THE TASK: Using the records below, repeat exactly the lines from the one holding "#96=PLANE('',#95);" through the one holding "#103=ORIENTED_EDGE('',*,*,#102,.T.);", both ends included, and no others.

AVAILABLE RECORDS Block Start

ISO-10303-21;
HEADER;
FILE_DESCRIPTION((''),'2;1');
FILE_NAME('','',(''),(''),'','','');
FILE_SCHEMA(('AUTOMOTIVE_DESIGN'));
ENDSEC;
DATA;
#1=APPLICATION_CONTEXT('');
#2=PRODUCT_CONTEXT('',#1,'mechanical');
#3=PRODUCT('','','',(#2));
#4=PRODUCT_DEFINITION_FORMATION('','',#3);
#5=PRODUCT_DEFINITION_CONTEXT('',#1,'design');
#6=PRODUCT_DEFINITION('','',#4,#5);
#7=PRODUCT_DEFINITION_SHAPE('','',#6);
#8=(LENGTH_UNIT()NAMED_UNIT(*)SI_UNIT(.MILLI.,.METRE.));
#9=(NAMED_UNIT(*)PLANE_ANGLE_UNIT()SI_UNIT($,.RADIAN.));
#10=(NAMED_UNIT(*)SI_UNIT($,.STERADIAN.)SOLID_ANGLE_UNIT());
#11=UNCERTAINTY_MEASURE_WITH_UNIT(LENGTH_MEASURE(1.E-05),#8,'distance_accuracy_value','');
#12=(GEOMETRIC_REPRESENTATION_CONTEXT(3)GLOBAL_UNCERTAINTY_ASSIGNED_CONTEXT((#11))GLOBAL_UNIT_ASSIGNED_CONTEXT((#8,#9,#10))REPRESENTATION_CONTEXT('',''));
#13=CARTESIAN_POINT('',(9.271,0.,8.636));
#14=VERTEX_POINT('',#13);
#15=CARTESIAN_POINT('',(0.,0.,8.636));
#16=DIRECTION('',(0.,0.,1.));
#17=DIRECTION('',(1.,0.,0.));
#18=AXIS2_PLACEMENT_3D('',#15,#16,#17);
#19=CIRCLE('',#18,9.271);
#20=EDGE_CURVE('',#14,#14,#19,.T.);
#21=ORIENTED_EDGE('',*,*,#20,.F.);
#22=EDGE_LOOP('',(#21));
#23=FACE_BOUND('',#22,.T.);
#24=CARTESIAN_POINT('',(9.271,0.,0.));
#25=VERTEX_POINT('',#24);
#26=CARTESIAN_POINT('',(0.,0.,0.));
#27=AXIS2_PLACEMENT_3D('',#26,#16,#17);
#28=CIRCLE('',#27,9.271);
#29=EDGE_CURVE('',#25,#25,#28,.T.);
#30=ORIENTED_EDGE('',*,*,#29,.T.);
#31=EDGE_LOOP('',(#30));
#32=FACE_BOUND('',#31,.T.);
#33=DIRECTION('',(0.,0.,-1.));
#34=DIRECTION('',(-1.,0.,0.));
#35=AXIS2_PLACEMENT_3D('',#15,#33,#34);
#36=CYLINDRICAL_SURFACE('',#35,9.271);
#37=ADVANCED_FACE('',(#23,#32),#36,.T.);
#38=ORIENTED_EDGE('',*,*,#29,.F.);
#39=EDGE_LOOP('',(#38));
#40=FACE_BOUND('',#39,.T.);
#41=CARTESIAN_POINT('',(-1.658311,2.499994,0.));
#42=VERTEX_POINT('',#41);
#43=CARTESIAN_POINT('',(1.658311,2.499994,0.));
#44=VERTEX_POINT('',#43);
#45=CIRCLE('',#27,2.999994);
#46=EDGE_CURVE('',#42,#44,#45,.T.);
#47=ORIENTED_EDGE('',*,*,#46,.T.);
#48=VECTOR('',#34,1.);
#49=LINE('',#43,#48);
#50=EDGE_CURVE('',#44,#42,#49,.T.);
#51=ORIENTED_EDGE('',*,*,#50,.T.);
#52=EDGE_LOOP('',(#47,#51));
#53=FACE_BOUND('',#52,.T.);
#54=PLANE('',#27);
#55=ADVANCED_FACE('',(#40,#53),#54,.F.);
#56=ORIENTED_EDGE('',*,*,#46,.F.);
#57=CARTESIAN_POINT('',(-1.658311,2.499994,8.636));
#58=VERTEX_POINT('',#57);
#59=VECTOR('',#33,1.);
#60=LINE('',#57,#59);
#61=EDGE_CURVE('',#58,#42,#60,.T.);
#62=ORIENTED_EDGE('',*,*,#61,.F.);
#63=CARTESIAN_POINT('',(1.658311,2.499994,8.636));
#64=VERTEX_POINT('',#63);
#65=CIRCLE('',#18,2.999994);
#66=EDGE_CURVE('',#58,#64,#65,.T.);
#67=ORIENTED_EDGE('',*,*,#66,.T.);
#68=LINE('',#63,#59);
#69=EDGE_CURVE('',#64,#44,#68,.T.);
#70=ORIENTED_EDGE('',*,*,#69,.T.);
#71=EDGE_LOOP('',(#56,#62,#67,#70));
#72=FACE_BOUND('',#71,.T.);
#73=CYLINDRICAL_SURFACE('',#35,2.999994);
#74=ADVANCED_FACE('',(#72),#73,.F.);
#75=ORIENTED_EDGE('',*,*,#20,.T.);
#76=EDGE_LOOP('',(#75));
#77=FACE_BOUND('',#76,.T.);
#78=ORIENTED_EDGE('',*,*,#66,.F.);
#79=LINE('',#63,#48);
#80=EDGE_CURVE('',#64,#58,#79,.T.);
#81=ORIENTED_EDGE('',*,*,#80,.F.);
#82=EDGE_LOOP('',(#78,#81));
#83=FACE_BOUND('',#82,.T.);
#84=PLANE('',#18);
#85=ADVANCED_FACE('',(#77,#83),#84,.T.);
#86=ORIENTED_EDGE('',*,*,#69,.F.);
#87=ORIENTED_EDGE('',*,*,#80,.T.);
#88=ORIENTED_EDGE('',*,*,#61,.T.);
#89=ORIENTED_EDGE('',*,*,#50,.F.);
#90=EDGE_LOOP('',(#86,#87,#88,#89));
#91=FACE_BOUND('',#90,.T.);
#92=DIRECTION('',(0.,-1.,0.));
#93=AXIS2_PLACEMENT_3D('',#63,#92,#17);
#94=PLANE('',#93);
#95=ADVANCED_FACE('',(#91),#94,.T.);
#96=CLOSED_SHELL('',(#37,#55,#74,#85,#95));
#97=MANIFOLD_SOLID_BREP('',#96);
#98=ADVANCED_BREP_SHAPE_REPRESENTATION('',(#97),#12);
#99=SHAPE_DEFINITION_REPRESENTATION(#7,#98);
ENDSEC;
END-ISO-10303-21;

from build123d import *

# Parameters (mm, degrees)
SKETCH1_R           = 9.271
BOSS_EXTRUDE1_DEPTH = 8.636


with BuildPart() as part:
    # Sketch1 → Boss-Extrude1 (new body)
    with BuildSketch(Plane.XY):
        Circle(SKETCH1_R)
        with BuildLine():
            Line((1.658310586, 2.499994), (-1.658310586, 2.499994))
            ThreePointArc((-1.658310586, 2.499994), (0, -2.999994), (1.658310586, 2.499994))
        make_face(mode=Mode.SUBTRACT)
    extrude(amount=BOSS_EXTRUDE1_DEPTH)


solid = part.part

AVAILABLE RECORDS Block End
AVAILABLE RECORDS Block Start

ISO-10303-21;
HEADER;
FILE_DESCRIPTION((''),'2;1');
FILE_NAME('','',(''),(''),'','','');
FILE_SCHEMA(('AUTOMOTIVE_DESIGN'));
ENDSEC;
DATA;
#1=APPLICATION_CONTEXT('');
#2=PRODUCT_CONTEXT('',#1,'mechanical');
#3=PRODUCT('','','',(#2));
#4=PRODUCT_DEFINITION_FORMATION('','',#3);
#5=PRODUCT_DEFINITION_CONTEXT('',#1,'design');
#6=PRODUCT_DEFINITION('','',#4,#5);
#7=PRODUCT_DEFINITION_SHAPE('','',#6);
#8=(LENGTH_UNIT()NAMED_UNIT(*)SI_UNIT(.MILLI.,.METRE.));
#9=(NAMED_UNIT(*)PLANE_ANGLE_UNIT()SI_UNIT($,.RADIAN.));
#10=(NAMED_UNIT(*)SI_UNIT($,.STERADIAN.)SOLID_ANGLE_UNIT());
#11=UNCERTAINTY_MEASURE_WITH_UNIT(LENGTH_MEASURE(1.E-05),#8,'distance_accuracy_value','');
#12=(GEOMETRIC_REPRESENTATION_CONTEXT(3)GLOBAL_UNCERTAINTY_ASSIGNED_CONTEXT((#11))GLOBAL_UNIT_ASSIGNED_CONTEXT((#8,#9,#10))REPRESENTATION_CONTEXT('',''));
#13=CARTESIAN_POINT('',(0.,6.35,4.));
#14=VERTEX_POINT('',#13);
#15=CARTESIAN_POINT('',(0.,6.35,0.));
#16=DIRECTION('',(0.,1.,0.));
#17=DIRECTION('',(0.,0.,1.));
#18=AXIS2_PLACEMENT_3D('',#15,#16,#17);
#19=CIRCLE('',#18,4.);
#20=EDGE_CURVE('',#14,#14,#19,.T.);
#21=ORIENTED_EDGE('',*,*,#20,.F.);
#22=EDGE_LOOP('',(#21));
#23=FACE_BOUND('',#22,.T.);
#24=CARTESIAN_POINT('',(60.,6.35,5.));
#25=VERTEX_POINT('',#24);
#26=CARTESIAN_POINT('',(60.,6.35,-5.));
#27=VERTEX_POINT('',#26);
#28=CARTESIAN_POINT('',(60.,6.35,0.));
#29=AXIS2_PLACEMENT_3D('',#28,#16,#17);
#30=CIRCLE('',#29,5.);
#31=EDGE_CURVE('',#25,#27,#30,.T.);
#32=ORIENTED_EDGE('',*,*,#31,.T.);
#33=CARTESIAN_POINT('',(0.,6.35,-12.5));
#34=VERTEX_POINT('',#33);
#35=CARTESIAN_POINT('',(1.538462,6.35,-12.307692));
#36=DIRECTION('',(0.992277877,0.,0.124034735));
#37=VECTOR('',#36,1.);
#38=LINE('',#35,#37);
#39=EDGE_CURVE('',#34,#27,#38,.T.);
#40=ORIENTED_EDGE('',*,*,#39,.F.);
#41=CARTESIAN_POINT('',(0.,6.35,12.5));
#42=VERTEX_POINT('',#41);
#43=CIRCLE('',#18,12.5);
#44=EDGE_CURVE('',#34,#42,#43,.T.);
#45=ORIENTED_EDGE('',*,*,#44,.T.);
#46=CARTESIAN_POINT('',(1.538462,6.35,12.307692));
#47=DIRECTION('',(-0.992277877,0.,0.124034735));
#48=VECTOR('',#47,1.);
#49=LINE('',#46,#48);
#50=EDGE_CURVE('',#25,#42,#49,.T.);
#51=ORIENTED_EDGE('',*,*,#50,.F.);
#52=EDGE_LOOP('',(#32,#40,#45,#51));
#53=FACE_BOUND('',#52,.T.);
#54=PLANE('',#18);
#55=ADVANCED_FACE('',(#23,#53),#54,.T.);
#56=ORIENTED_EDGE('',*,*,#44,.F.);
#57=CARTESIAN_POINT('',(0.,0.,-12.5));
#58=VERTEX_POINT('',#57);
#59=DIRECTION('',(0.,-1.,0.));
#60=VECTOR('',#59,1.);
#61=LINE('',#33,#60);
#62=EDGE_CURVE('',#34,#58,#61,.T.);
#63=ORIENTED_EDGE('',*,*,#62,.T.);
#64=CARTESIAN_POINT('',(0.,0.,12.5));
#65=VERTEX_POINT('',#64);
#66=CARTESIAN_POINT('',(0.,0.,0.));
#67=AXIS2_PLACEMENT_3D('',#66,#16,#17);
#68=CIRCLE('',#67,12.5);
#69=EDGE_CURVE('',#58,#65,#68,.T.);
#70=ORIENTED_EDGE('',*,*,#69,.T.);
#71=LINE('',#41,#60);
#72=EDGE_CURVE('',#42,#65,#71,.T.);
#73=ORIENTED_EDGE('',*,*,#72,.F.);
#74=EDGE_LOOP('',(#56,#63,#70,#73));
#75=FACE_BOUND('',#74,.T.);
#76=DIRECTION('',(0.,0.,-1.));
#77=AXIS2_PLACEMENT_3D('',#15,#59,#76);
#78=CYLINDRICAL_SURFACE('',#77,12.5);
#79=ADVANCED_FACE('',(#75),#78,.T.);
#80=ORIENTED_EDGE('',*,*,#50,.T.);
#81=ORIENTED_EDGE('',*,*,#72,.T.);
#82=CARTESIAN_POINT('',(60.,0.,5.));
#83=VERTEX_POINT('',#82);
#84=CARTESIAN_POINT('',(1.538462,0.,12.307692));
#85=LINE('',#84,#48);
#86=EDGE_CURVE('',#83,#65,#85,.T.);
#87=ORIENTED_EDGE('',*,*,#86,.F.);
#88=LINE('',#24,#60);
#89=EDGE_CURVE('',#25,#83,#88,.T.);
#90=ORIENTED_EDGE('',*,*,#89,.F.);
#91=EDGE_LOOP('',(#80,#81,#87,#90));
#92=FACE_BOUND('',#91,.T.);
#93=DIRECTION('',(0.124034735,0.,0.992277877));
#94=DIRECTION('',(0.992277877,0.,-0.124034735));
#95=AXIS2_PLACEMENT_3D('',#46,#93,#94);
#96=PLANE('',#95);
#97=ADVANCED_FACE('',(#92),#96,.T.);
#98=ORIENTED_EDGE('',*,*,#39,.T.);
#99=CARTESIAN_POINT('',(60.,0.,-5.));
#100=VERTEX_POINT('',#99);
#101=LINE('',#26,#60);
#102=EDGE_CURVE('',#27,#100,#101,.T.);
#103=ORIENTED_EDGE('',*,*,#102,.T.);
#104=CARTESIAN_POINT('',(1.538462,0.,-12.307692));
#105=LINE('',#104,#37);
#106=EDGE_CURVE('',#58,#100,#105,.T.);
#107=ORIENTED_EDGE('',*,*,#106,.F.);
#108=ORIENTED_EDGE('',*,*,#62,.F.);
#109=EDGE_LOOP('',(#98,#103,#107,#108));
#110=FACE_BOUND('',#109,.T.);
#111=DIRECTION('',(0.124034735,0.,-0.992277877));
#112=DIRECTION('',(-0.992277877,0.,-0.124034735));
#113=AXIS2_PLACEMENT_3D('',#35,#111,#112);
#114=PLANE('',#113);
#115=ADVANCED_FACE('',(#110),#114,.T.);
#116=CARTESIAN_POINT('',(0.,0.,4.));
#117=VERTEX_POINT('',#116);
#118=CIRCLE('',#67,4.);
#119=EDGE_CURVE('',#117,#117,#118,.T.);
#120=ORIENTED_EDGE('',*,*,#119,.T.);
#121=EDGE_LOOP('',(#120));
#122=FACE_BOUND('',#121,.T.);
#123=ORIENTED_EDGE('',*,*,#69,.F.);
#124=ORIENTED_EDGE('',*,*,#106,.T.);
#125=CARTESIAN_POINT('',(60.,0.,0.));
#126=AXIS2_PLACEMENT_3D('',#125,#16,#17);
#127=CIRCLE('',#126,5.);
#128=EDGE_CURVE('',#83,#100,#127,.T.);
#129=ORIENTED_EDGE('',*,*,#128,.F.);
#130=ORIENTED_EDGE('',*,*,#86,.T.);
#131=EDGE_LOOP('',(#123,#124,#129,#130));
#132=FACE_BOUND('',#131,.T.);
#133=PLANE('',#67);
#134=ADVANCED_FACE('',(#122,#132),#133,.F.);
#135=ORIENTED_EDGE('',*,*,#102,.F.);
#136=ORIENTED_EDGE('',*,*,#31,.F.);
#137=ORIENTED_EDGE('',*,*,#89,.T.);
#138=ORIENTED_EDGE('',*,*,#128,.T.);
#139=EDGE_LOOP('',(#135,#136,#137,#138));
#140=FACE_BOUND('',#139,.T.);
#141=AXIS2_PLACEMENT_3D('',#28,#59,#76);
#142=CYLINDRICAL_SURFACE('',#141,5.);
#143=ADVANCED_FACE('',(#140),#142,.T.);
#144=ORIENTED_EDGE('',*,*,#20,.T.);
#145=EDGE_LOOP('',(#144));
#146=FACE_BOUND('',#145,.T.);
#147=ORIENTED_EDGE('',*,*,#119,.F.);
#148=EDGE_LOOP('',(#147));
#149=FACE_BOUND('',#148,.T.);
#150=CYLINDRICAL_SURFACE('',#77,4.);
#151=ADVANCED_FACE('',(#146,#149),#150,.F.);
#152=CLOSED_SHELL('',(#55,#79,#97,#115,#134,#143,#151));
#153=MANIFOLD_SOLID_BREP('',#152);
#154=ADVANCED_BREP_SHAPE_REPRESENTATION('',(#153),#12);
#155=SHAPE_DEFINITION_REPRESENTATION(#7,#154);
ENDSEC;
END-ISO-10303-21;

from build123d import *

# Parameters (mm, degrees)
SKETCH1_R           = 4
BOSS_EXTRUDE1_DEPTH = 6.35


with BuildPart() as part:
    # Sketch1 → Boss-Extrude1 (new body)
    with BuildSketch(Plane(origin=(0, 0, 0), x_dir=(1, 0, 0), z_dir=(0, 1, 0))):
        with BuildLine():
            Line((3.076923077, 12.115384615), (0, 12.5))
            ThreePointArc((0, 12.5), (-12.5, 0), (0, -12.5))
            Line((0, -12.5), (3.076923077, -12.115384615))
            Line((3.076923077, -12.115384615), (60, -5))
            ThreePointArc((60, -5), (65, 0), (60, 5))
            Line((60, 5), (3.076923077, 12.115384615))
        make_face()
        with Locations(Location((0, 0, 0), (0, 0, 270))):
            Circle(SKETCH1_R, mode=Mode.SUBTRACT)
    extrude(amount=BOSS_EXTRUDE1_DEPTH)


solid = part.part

AVAILABLE RECORDS Block End

RESPONSE TO THE TASK:
#96=PLANE('',#95);
#97=ADVANCED_FACE('',(#92),#96,.T.);
#98=ORIENTED_EDGE('',*,*,#39,.T.);
#99=CARTESIAN_POINT('',(60.,0.,-5.));
#100=VERTEX_POINT('',#99);
#101=LINE('',#26,#60);
#102=EDGE_CURVE('',#27,#100,#101,.T.);
#103=ORIENTED_EDGE('',*,*,#102,.T.);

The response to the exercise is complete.